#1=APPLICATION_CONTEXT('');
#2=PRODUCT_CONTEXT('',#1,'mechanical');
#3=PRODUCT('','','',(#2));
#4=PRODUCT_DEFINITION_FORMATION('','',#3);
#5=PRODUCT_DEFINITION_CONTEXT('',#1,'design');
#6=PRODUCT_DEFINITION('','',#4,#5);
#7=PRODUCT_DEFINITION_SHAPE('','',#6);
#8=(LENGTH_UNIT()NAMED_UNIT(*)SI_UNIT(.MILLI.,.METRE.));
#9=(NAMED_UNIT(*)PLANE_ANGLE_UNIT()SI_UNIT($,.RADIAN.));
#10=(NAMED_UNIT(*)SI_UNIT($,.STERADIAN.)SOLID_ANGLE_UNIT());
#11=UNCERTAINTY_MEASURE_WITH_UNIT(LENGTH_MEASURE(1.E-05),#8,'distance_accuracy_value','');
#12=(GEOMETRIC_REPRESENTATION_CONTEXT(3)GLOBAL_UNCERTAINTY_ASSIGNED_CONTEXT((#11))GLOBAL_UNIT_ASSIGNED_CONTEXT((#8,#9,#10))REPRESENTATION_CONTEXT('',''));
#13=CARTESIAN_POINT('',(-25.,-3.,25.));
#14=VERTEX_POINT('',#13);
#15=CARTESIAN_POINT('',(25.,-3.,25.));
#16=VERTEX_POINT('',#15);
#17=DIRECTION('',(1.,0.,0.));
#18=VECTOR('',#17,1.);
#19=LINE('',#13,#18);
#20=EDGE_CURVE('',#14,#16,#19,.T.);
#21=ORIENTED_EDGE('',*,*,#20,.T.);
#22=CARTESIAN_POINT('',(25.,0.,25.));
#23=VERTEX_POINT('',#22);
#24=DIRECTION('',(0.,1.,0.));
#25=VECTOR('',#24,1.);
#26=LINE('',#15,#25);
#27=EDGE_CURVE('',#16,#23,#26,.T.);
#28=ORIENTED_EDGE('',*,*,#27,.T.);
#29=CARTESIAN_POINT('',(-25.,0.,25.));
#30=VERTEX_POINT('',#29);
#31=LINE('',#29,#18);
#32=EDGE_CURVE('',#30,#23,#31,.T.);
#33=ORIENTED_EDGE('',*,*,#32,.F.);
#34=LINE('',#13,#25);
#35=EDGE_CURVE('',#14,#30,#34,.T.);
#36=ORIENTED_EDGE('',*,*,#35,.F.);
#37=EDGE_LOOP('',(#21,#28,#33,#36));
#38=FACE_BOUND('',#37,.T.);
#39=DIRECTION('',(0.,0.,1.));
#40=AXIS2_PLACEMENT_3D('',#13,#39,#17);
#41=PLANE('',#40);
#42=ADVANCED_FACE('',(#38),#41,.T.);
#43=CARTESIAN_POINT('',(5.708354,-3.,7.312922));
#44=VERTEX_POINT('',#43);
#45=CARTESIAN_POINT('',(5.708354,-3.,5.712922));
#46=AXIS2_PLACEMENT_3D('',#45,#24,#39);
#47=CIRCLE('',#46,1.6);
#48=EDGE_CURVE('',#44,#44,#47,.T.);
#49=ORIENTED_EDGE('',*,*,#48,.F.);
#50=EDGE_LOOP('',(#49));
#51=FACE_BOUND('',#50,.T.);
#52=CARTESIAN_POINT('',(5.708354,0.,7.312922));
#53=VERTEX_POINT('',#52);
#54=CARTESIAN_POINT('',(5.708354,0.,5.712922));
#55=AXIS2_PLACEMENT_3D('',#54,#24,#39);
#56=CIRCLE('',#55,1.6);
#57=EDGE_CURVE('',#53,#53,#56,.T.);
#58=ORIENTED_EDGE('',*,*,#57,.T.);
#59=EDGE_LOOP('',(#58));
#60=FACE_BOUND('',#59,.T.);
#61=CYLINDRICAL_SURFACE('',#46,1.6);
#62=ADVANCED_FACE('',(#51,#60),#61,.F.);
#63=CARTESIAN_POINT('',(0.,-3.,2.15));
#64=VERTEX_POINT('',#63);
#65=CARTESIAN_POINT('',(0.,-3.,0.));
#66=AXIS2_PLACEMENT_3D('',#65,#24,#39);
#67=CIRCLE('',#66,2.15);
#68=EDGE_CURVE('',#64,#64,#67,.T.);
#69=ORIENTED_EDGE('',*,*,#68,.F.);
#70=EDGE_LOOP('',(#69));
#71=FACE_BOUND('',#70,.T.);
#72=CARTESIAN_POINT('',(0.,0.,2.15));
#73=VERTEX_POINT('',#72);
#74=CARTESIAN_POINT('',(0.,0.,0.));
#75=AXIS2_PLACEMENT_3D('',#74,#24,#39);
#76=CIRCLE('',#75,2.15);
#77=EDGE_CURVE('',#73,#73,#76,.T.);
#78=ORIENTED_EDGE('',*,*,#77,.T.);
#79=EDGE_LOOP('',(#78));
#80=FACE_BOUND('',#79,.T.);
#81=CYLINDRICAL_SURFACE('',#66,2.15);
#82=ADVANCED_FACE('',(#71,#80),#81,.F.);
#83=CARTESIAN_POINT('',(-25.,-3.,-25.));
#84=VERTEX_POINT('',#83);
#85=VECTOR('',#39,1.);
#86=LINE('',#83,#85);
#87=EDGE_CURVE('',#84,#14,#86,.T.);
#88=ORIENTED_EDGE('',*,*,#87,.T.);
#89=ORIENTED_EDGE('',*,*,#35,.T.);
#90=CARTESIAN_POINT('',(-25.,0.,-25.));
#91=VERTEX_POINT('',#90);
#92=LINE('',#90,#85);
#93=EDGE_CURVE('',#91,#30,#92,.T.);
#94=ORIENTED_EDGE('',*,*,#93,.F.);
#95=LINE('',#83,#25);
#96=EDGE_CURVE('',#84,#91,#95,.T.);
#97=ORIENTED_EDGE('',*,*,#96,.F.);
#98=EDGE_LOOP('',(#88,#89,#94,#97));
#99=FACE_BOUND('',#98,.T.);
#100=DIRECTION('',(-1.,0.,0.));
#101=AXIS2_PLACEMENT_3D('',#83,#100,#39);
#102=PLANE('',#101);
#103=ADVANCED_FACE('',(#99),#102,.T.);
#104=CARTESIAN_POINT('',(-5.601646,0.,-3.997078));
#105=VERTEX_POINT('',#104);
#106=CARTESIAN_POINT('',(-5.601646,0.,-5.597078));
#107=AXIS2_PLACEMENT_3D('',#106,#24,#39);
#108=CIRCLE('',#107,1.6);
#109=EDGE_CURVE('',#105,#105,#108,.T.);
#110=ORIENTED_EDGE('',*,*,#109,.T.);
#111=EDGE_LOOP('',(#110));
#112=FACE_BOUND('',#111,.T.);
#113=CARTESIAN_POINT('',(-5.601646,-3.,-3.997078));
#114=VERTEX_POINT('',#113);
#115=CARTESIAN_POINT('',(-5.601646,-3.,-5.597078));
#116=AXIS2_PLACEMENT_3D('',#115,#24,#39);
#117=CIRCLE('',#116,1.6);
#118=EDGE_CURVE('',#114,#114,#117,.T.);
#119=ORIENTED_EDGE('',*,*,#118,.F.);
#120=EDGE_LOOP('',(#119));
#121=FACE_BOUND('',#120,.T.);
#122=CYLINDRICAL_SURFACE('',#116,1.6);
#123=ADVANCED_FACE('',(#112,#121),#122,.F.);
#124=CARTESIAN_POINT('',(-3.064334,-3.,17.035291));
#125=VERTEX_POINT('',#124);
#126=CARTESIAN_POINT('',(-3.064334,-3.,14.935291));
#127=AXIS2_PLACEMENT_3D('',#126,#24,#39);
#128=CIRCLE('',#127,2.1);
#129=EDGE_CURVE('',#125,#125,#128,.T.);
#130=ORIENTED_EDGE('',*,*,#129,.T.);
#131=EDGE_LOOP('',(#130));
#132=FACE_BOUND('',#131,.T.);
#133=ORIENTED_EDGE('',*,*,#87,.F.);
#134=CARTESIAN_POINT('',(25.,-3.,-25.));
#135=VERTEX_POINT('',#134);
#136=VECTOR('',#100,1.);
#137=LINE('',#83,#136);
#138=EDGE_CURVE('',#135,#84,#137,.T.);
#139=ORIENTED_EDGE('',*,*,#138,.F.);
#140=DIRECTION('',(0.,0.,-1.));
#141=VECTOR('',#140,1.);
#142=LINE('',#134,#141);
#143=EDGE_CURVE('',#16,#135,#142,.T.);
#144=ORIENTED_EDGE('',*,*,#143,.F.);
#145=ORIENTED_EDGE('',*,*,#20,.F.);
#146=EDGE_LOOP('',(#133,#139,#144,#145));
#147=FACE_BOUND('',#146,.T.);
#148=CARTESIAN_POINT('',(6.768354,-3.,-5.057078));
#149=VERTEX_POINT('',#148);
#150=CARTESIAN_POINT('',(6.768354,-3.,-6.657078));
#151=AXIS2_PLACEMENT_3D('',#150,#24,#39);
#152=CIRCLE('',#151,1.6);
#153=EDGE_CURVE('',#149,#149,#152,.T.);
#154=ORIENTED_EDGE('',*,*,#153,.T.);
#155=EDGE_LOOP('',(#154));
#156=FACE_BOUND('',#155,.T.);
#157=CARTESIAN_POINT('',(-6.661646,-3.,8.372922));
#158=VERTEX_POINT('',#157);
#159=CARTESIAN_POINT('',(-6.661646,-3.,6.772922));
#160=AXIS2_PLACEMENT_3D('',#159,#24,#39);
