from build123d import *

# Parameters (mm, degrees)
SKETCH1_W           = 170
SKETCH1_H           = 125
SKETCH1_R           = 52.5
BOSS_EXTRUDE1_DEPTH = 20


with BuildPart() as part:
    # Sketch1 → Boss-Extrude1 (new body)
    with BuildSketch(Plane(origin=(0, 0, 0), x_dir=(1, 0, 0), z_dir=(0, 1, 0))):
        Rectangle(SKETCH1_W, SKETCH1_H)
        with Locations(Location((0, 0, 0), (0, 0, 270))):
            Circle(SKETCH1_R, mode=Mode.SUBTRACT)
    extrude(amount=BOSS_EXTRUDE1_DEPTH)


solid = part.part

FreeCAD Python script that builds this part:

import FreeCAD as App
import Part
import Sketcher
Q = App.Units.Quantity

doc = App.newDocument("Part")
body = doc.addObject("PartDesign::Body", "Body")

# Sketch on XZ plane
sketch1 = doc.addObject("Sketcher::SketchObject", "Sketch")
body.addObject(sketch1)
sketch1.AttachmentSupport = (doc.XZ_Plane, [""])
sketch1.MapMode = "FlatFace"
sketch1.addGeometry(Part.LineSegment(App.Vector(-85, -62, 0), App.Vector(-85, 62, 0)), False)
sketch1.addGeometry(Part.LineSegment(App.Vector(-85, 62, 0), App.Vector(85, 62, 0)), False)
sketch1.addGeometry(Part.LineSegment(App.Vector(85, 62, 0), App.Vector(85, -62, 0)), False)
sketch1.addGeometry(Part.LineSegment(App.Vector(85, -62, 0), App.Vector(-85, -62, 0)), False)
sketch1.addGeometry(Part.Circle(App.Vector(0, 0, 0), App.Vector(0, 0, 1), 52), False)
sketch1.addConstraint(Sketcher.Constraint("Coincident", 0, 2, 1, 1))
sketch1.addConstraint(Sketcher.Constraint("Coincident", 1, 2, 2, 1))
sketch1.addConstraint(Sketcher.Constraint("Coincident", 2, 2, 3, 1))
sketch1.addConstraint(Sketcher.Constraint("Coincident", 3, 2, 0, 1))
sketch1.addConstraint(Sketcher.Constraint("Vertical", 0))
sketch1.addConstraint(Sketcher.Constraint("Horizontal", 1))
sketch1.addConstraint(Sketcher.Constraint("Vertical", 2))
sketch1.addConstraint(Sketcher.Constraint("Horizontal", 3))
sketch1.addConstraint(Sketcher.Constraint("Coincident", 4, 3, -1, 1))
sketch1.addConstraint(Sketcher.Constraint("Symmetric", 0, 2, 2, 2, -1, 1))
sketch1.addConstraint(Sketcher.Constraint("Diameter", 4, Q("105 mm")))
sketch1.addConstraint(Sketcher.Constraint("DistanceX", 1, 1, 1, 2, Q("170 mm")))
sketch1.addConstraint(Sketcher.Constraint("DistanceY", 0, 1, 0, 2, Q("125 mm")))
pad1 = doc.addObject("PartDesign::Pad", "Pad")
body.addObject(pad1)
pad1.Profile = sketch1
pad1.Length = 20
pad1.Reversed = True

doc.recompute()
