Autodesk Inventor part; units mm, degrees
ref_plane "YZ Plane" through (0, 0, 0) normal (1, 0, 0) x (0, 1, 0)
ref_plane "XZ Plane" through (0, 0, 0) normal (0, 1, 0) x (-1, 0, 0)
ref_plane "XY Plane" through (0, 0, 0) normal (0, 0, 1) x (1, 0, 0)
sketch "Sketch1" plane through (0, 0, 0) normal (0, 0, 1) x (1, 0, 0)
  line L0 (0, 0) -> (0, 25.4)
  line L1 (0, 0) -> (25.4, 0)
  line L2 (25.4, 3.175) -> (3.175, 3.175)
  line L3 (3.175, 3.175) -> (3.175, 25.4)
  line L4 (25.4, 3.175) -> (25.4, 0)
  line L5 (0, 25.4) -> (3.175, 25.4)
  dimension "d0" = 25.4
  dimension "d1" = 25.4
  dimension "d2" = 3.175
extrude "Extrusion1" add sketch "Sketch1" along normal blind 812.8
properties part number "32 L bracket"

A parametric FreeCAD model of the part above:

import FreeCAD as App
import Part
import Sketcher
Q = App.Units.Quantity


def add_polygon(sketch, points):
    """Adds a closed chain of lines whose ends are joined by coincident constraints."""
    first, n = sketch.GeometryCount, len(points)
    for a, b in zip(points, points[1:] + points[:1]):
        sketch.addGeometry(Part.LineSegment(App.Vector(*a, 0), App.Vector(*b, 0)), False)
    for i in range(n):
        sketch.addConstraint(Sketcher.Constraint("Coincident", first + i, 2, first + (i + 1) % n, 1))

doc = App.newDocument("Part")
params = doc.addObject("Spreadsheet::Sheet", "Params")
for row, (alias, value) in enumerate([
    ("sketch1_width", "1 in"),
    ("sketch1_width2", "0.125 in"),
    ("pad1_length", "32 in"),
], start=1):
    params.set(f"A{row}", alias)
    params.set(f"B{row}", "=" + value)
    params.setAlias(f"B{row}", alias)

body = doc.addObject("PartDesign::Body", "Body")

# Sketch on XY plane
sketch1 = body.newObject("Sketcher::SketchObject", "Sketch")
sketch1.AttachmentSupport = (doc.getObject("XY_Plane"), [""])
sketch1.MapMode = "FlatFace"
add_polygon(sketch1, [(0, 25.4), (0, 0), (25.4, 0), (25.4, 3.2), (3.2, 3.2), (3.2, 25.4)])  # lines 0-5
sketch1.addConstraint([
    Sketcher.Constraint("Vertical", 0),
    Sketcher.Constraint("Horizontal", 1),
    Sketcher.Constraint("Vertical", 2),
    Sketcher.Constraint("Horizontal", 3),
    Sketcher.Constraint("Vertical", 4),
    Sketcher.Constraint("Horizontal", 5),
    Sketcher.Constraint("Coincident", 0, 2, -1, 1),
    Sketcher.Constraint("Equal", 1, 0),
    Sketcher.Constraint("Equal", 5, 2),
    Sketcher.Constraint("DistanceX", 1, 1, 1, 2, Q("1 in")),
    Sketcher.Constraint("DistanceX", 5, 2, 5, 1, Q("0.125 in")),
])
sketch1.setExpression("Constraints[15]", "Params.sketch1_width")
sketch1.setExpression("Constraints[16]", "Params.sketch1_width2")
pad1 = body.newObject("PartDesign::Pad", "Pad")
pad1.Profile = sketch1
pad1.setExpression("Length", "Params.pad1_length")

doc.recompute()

------

● **Exercise goal**
From the records above, print exactly the lines that run from the line with "#90=CARTESIAN_POINT('',(-25.,0.,-25.));" to the line with "#98=EDGE_LOOP('',(#88,#89,#94,#97));", inclusive.

● **Final answer**
#90=CARTESIAN_POINT('',(-25.,0.,-25.));
#91=VERTEX_POINT('',#90);
#92=LINE('',#90,#85);
#93=EDGE_CURVE('',#91,#30,#92,.T.);
#94=ORIENTED_EDGE('',*,*,#93,.F.);
#95=LINE('',#83,#25);
#96=EDGE_CURVE('',#84,#91,#95,.T.);
#97=ORIENTED_EDGE('',*,*,#96,.F.);
#98=EDGE_LOOP('',(#88,#89,#94,#97));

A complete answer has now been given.